Saved data entries
━━━━
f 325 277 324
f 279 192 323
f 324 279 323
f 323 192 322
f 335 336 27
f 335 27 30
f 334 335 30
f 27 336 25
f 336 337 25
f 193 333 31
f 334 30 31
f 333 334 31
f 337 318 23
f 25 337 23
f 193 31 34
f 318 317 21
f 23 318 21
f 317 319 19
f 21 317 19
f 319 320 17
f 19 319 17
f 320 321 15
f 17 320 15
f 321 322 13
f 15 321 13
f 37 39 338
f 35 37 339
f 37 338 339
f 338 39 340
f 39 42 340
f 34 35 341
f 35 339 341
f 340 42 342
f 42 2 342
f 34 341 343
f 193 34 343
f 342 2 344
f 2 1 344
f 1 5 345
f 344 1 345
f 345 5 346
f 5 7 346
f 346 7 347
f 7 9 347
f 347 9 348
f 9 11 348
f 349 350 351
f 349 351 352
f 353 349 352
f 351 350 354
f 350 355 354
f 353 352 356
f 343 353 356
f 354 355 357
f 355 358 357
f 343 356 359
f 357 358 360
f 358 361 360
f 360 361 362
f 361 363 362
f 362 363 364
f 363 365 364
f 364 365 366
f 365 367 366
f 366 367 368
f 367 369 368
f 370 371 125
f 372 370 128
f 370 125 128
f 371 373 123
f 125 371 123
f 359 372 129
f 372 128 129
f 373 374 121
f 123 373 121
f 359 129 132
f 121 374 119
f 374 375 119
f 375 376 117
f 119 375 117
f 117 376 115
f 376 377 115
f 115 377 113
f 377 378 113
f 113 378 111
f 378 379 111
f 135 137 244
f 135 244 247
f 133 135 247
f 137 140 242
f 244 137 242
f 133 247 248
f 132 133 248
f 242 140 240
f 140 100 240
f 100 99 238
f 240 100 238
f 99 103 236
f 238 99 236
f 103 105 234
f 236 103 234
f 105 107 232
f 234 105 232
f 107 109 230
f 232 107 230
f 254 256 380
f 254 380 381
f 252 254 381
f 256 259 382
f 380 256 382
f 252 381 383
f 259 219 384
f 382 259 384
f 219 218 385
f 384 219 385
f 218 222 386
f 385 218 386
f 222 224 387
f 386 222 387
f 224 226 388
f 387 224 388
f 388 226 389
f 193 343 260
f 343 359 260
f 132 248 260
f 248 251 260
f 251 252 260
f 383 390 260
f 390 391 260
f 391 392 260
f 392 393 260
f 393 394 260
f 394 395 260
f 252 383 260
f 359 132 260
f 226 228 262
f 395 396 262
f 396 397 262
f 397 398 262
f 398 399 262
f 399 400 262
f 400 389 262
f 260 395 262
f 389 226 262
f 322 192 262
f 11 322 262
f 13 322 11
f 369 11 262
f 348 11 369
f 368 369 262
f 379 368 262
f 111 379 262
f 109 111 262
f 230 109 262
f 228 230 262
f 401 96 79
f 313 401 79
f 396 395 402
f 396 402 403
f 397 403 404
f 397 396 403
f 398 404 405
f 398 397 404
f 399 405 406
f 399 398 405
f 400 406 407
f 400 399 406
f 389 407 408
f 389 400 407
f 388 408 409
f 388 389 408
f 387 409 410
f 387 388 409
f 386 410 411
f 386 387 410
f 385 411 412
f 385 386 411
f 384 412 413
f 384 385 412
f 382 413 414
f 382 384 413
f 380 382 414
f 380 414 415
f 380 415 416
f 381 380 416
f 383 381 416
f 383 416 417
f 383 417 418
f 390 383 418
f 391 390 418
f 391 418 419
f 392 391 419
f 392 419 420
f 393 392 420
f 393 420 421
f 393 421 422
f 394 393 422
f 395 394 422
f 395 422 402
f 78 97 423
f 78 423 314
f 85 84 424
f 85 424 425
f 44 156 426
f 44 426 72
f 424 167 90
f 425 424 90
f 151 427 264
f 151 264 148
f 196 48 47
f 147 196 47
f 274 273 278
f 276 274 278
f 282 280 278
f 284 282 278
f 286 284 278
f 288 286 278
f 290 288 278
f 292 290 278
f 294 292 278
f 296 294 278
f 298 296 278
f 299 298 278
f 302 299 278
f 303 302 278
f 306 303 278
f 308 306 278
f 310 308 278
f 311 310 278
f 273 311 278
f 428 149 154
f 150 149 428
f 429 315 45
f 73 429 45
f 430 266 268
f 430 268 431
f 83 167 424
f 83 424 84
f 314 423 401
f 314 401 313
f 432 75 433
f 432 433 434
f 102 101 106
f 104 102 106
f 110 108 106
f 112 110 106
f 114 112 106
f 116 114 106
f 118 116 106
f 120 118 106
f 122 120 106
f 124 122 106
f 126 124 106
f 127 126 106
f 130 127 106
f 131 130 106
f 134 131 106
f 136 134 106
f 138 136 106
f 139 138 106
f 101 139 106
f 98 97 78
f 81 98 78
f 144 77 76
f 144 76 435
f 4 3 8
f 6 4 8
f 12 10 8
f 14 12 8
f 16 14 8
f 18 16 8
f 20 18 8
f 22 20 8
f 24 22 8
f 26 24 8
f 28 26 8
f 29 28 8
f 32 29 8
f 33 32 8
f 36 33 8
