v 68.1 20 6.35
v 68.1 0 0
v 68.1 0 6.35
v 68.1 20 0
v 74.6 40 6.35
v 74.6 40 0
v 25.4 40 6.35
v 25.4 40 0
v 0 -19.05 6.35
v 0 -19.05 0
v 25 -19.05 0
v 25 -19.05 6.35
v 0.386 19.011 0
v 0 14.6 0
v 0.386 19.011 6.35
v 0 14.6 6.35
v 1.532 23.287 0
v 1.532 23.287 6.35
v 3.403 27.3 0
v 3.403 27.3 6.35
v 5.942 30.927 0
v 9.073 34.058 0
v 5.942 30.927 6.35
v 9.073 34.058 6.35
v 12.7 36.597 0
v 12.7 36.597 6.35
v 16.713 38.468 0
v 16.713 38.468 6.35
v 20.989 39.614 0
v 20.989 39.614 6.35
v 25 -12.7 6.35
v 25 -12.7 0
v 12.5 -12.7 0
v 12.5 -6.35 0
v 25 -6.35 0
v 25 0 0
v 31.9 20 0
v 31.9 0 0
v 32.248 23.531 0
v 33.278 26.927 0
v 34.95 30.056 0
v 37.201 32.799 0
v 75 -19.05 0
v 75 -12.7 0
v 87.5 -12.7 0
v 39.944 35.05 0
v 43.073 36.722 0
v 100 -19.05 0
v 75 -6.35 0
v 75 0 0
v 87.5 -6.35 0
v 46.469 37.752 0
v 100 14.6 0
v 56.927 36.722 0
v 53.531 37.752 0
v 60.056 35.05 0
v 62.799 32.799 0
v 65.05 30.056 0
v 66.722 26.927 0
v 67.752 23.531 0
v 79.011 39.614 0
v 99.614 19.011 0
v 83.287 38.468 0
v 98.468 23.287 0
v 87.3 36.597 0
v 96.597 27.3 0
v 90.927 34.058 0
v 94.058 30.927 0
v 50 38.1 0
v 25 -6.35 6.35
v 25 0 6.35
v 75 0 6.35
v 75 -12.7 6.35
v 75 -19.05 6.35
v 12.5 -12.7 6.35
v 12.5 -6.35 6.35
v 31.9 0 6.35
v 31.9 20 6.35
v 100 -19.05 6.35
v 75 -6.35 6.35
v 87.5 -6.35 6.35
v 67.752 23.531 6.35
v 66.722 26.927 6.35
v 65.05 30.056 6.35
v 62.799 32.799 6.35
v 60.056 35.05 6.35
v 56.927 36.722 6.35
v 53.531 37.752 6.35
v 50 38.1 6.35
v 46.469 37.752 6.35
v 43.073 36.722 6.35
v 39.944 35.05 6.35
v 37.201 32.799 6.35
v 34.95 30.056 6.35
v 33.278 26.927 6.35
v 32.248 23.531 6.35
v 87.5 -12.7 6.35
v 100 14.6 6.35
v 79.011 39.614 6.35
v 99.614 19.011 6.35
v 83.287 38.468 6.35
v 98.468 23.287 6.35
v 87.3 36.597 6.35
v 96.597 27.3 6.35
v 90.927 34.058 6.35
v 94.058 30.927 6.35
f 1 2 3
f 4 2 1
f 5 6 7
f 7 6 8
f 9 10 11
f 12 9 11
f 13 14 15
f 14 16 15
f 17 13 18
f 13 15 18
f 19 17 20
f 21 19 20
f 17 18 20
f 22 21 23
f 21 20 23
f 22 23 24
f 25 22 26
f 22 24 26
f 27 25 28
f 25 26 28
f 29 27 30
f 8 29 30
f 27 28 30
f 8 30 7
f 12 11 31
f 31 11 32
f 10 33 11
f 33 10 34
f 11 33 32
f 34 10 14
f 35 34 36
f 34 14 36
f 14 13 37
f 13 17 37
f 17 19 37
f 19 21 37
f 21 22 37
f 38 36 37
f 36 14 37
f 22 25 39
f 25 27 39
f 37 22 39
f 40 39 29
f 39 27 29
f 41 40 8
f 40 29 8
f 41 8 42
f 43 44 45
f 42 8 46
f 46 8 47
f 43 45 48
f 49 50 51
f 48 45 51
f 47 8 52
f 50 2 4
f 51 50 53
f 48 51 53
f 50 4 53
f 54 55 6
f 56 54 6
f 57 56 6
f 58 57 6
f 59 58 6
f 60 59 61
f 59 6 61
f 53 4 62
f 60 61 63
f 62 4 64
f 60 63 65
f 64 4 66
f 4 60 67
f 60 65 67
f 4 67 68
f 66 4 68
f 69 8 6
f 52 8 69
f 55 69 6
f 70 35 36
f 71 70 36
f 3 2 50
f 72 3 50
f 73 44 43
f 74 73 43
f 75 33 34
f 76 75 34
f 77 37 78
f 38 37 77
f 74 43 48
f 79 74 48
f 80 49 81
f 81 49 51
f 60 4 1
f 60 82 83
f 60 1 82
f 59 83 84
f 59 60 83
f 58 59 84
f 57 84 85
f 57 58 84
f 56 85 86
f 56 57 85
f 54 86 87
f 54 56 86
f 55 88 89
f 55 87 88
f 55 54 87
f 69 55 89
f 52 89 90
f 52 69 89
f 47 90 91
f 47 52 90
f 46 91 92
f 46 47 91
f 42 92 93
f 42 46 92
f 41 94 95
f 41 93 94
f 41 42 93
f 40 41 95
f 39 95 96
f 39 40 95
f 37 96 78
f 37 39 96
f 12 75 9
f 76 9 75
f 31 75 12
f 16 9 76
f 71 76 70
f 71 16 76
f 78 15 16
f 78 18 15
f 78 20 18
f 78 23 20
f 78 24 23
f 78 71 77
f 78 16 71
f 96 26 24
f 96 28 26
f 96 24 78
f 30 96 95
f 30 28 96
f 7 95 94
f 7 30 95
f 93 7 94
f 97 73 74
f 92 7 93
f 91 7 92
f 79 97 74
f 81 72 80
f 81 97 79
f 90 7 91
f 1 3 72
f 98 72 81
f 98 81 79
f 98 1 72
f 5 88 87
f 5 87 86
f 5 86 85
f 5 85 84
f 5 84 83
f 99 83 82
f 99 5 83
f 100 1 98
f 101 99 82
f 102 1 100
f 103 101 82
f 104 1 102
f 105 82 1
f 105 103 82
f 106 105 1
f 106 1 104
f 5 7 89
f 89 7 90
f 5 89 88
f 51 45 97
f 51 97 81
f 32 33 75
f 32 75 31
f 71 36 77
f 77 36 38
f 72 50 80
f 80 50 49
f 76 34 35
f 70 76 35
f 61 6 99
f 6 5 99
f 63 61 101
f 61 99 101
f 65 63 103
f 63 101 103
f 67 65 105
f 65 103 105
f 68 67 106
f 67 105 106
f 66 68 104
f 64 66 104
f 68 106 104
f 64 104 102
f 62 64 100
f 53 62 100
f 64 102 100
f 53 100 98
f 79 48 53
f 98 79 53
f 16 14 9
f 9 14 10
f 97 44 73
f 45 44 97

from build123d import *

# Parameters (mm, degrees)
BOSS_EXTRUDE1_DEPTH     = 6.35
CUT_EXTRUDE1_DEPTH      = 108.890326167
CUT_EXTRUDE1_DEPTH_BACK = 108.890326167
FILLET1_R               = 25.4
CUT_EXTRUDE2_DEPTH      = 108.890326167
CUT_EXTRUDE2_DEPTH_BACK = 108.890326167
SKETCH4_W               = 12.499999987
SKETCH4_H               = 6.35


with BuildPart() as part:
    # Sketch1 → Boss-Extrude1 (new body)
    with BuildSketch(Plane.XY):
        Polygon((24.999999974, 0), (74.999999923, 0), (74.999999923, -6.35), (74.999999923, -19.05), (99.999999898, -19.05), (99.999999898, -6.35), (99.999999898, 0), (99.999999898, 40.00000001), (0, 40.00000001), (0, 0), (0, -6.35), (0, -19.05), (24.999999974, -19.05), (24.999999974, -6.35), align=None)
    extrude(amount=BOSS_EXTRUDE1_DEPTH)

    # Sketch2 → Cut-Extrude1 (cut, two sides: drawn at the far end of the back side and taken through both)
    with BuildSketch(Plane.XY.offset(6.35).offset(-CUT_EXTRUDE1_DEPTH_BACK)):
        with BuildLine():
            ThreePointArc((68.099999944, 20.000000005), (49.999999949, 38.1), (31.899999954, 20.000000005))
            Line((31.899999954, 20.000000005), (31.899999954, 0))
            Line((31.899999954, 0), (68.099999944, 0))
            Line((68.099999944, 0), (68.099999944, 20.000000005))
        make_face()
    extrude(amount=CUT_EXTRUDE1_DEPTH + CUT_EXTRUDE1_DEPTH_BACK, mode=Mode.SUBTRACT)

    # Fillet1
    fillet1_edges = [part.edges().sort_by_distance(p)[0] for p in [
        (0, 40.00000001, 3.175),
        (99.999999898, 40.00000001, 3.175),
    ]]
    fillet(fillet1_edges, radius=FILLET1_R)

    # Sketch4 → Cut-Extrude2 (cut, two sides: drawn at the far end of the back side and taken through both)
    with BuildSketch(Plane.XY.offset(6.35).offset(-CUT_EXTRUDE2_DEPTH_BACK)):
        with Locations((18.749999981, -9.525)):
            Rectangle(SKETCH4_W, SKETCH4_H)
        with Locations((81.249999918, -9.525)):
            Rectangle(SKETCH4_W, SKETCH4_H)
    extrude(amount=CUT_EXTRUDE2_DEPTH + CUT_EXTRUDE2_DEPTH_BACK, mode=Mode.SUBTRACT)


solid = part.part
━━━━
▶ _EXERCISE REQUIREMENTS_: Copy out, exactly and alone, the lines of the entries above between the ones holding "f 323 192 322" and "f 369 11 262", inclusive.

▶ _COMPLETED EXERCISE_:
f 323 192 322
f 335 336 27
f 335 27 30
f 334 335 30
f 27 336 25
f 336 337 25
f 193 333 31
f 334 30 31
f 333 334 31
f 337 318 23
f 25 337 23
f 193 31 34
f 318 317 21
f 23 318 21
f 317 319 19
f 21 317 19
f 319 320 17
f 19 319 17
f 320 321 15
f 17 320 15
f 321 322 13
f 15 321 13
f 37 39 338
f 35 37 339
f 37 338 339
f 338 39 340
f 39 42 340
f 34 35 341
f 35 339 341
f 340 42 342
f 42 2 342
f 34 341 343
f 193 34 343
f 342 2 344
f 2 1 344
f 1 5 345
f 344 1 345
f 345 5 346
f 5 7 346
f 346 7 347
f 7 9 347
f 347 9 348
f 9 11 348
f 349 350 351
f 349 351 352
f 353 349 352
f 351 350 354
f 350 355 354
f 353 352 356
f 343 353 356
f 354 355 357
f 355 358 357
f 343 356 359
f 357 358 360
f 358 361 360
f 360 361 362
f 361 363 362
f 362 363 364
f 363 365 364
f 364 365 366
f 365 367 366
f 366 367 368
f 367 369 368
f 370 371 125
f 372 370 128
f 370 125 128
f 371 373 123
f 125 371 123
f 359 372 129
f 372 128 129
f 373 374 121
f 123 373 121
f 359 129 132
f 121 374 119
f 374 375 119
f 375 376 117
f 119 375 117
f 117 376 115
f 376 377 115
f 115 377 113
f 377 378 113
f 113 378 111
f 378 379 111
f 135 137 244
f 135 244 247
f 133 135 247
f 137 140 242
f 244 137 242
f 133 247 248
f 132 133 248
f 242 140 240
f 140 100 240
f 100 99 238
f 240 100 238
f 99 103 236
f 238 99 236
f 103 105 234
f 236 103 234
f 105 107 232
f 234 105 232
f 107 109 230
f 232 107 230
f 254 256 380
f 254 380 381
f 252 254 381
f 256 259 382
f 380 256 382
f 252 381 383
f 259 219 384
f 382 259 384
f 219 218 385
f 384 219 385
f 218 222 386
f 385 218 386
f 222 224 387
f 386 222 387
f 224 226 388
f 387 224 388
f 388 226 389
f 193 343 260
f 343 359 260
f 132 248 260
f 248 251 260
f 251 252 260
f 383 390 260
f 390 391 260
f 391 392 260
f 392 393 260
f 393 394 260
f 394 395 260
f 252 383 260
f 359 132 260
f 226 228 262
f 395 396 262
f 396 397 262
f 397 398 262
f 398 399 262
f 399 400 262
f 400 389 262
f 260 395 262
f 389 226 262
f 322 192 262
f 11 322 262
f 13 322 11
f 369 11 262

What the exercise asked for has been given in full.